Воистину говорю вам, матери: не баловством и попущением только, но самой любовью своей, если она чрезмерна, вы губите детей своих, равно духовно, морально и физически. Любовь зла не только потому что полюбишь козла с легионом младых, она зла сама по себе, вот что неприятно понять. Все мальчики, горячо любимые матерями-одиночками, все эти инфантилы-многоженцы и донжуаны, несчастны потом в личной жизни, точно так же, как и горячо любимые отцами дочери, те дочери, которые в шесть лет обещают, когда вырастут большими, выйти замуж за папу. Они вырастают и, если не исполняют обещанного, то выходят замуж в лучшем случае много раз, что уже не есть хорошо, или вообще ни разу.
Любовь — страшная сила, со смысловым ударением на втором слове предложения. Почему же великие поэты, художники и мыслители прошлого прославляли любовь как божественное начало? А вы посмотрите-ка на годы жизни всех этих людей! Просто это были первобытные, хотя и одаренные, натуры с грубыми чувствами. А в наше время это все столь же неприемлемо, как употребление морфия в случае легкой бессонницы. Человек так устроен, что излишние знания для него почти несовместимы с жизнью, ему нельзя познавать добро и зло, а он это сделал, и вот теперь в муках рожает детей. Это безобразие.
Это безобразие! Мертвая река — это безобразие!!! (Это я слушаю тут сейчас)
Потому что безобразные девки и солдатки бросают детей в пруды и колодцы; тех, понятно, надо сажать в тюрьму, а у нас все делается своевременно и чисто. Потому что это не водка с мылом спринцовкой вовнутрь, а ведь водка с мылом — это посильнее, чем “Девушка и смерть” Горького! И, кстати, на ту же тему. Это пятьдесят на пятьдесят. Пятьдесят выживают, если, конечно, опытный хирург, пятьдесят нет, потому что ковровый ДВС и сплошная экстирпация матки. А у нас все делается своевременно и чисто.

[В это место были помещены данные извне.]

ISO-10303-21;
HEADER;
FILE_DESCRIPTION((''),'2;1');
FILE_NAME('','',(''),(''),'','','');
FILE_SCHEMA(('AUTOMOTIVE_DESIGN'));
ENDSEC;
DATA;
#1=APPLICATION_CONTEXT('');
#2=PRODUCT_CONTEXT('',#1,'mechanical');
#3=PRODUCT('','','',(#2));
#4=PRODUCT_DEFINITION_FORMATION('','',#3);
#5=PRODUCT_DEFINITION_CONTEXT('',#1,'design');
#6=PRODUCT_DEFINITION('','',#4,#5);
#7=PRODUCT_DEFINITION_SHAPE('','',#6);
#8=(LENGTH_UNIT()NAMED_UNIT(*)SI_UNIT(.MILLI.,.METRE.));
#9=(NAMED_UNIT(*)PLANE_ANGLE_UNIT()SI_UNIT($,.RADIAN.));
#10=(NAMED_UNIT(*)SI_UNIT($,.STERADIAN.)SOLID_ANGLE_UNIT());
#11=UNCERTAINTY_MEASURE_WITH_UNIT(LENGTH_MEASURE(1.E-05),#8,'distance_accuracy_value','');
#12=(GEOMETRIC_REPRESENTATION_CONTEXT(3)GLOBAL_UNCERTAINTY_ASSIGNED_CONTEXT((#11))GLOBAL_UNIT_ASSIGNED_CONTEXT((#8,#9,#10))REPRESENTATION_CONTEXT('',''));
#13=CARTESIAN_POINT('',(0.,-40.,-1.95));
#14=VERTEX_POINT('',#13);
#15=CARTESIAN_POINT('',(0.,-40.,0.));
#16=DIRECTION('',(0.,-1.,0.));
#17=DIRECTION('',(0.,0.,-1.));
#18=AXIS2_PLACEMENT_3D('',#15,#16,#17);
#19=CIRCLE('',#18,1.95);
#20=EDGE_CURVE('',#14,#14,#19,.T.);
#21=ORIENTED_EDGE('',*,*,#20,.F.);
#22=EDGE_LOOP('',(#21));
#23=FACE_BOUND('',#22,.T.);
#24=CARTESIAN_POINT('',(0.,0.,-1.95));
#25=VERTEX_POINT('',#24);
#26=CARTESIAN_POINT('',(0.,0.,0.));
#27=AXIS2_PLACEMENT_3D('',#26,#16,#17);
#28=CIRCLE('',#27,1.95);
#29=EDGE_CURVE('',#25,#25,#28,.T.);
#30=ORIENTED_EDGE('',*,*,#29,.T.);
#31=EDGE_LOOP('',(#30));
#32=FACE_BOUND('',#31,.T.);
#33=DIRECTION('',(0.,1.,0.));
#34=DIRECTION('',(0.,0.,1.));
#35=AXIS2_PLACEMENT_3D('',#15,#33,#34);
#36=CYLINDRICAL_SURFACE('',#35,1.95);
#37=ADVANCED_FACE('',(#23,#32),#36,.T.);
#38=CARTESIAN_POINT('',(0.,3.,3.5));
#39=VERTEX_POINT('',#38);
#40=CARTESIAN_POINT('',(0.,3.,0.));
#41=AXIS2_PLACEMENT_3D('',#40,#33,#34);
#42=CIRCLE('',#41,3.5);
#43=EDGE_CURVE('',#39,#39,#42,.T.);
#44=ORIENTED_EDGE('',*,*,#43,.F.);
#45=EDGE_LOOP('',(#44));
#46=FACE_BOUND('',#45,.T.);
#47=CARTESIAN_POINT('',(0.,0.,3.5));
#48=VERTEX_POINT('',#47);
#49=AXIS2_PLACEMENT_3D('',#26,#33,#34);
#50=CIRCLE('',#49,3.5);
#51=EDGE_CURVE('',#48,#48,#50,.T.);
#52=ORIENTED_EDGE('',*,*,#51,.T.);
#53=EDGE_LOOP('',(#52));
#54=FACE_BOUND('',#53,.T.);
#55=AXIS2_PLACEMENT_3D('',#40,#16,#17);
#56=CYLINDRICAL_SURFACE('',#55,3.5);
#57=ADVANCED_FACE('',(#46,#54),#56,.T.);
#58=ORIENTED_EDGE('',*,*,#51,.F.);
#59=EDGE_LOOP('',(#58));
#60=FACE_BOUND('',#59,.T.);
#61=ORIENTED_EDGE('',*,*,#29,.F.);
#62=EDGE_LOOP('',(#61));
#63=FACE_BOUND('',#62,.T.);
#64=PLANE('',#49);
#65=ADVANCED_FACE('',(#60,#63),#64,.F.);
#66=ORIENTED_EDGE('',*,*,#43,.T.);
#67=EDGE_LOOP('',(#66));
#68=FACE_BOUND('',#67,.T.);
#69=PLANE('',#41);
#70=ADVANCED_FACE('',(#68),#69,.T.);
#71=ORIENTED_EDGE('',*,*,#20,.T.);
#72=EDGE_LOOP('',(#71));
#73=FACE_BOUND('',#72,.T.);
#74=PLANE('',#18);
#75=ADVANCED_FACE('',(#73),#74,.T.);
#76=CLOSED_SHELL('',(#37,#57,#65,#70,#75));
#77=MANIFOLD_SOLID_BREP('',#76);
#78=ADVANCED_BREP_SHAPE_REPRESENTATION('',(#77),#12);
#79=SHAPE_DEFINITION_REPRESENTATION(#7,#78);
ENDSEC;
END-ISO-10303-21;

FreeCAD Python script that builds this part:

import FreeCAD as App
import Part
import Sketcher
from FreeCAD import Vector

doc = App.newDocument("Part")
params = doc.addObject("Spreadsheet::Sheet", "Params")
for row, (alias, value) in enumerate([
    ("sketch1_diameter", "7 mm"),
    ("pad1_length", "3 mm"),
    ("sketch2_diameter", "3.9 mm"),
    ("pad2_length", "40 mm"),
], start=1):
    params.set(f"A{row}", alias)
    params.set(f"B{row}", "=" + value)
    params.setAlias(f"B{row}", alias)

body = doc.addObject("PartDesign::Body", "Body")

sketch1 = doc.addObject("Sketcher::SketchObject", "Sketch")
body.addObject(sketch1)
sketch1.AttachmentSupport = (doc.XZ_Plane, [""])
sketch1.MapMode = "FlatFace"
sketch1.addGeometry(Part.Circle(Vector(0, 0, 0), Vector(0, 0, 1), 3.5), False)
sketch1.addConstraint(Sketcher.Constraint("Coincident", 0, 3, -1, 1))
sketch1.addConstraint(Sketcher.Constraint("Diameter", 0, 7.0))
sketch1.setExpression("Constraints[1]", "Params.sketch1_diameter")
pad1 = doc.addObject("PartDesign::Pad", "Pad")
body.addObject(pad1)
pad1.Profile = sketch1
pad1.setExpression("Length", "Params.pad1_length")
pad1.Reversed = True

sketch2 = doc.addObject("Sketcher::SketchObject", "Sketch001")
body.addObject(sketch2)
sketch2.AttachmentSupport = (doc.XZ_Plane, [""])
sketch2.MapMode = "FlatFace"
sketch2.addGeometry(Part.Circle(Vector(0, 0, 0), Vector(0, 0, 1), 1.9), False)
sketch2.addConstraint(Sketcher.Constraint("Coincident", 0, 3, -1, 1))
sketch2.addConstraint(Sketcher.Constraint("Diameter", 0, 3.9))
sketch2.setExpression("Constraints[1]", "Params.sketch2_diameter")
pad2 = doc.addObject("PartDesign::Pad", "Pad001")
body.addObject(pad2)
pad2.Profile = sketch2
pad2.setExpression("Length", "Params.pad2_length")

doc.recompute()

А раньше, когда мыла не было, водку выпивали вовнутрь себя, а этих маленьких пакостников просто прокалывали, как лягушек, вязальной спицей тоже вовнутрь себя, и это правильно, но зачастую вместе с сопутствующими внутренними органами, что уже чревато известным последствием. Это рассказывала мне моя бабушка. Там, в заповедных местах, в деревне, где сплошной лад и народная эстетика. “Слыхал, как говорится? Дай, Господи, скотинку с приплодцем, а деток с приморцем. Вот как говорится у нас!” И поэтому, сказывала бабушка, на широком народном гулянье водили поселяне хоровод, и самая сексапильная бой-баба деревни выходила с выходом и разворотом, и будучи хорошо брюхатой, откидывала такие коленца, что мужики и рты поразевали. А соседка ей кричит: “Да ты что, выкинешь!”. А та в ответ хохочет: “Э-э! Знам, где взять!” Лев Толстой, что курица не боится того, что может случиться с ее цыпленком, и дети для нее не мученье. Она делает для своих цыплят то, что ей свойственно и радостно делать; дети для нее радость. А сдохнет цыпленок, она не спрашивает себя, зачем он умер, куда он ушел, поквохчет, потом перестанет и продолжает жить по-прежнему. Ну да, на то она и курица, а вот женщины в те времена этого дела на самотек не пускали.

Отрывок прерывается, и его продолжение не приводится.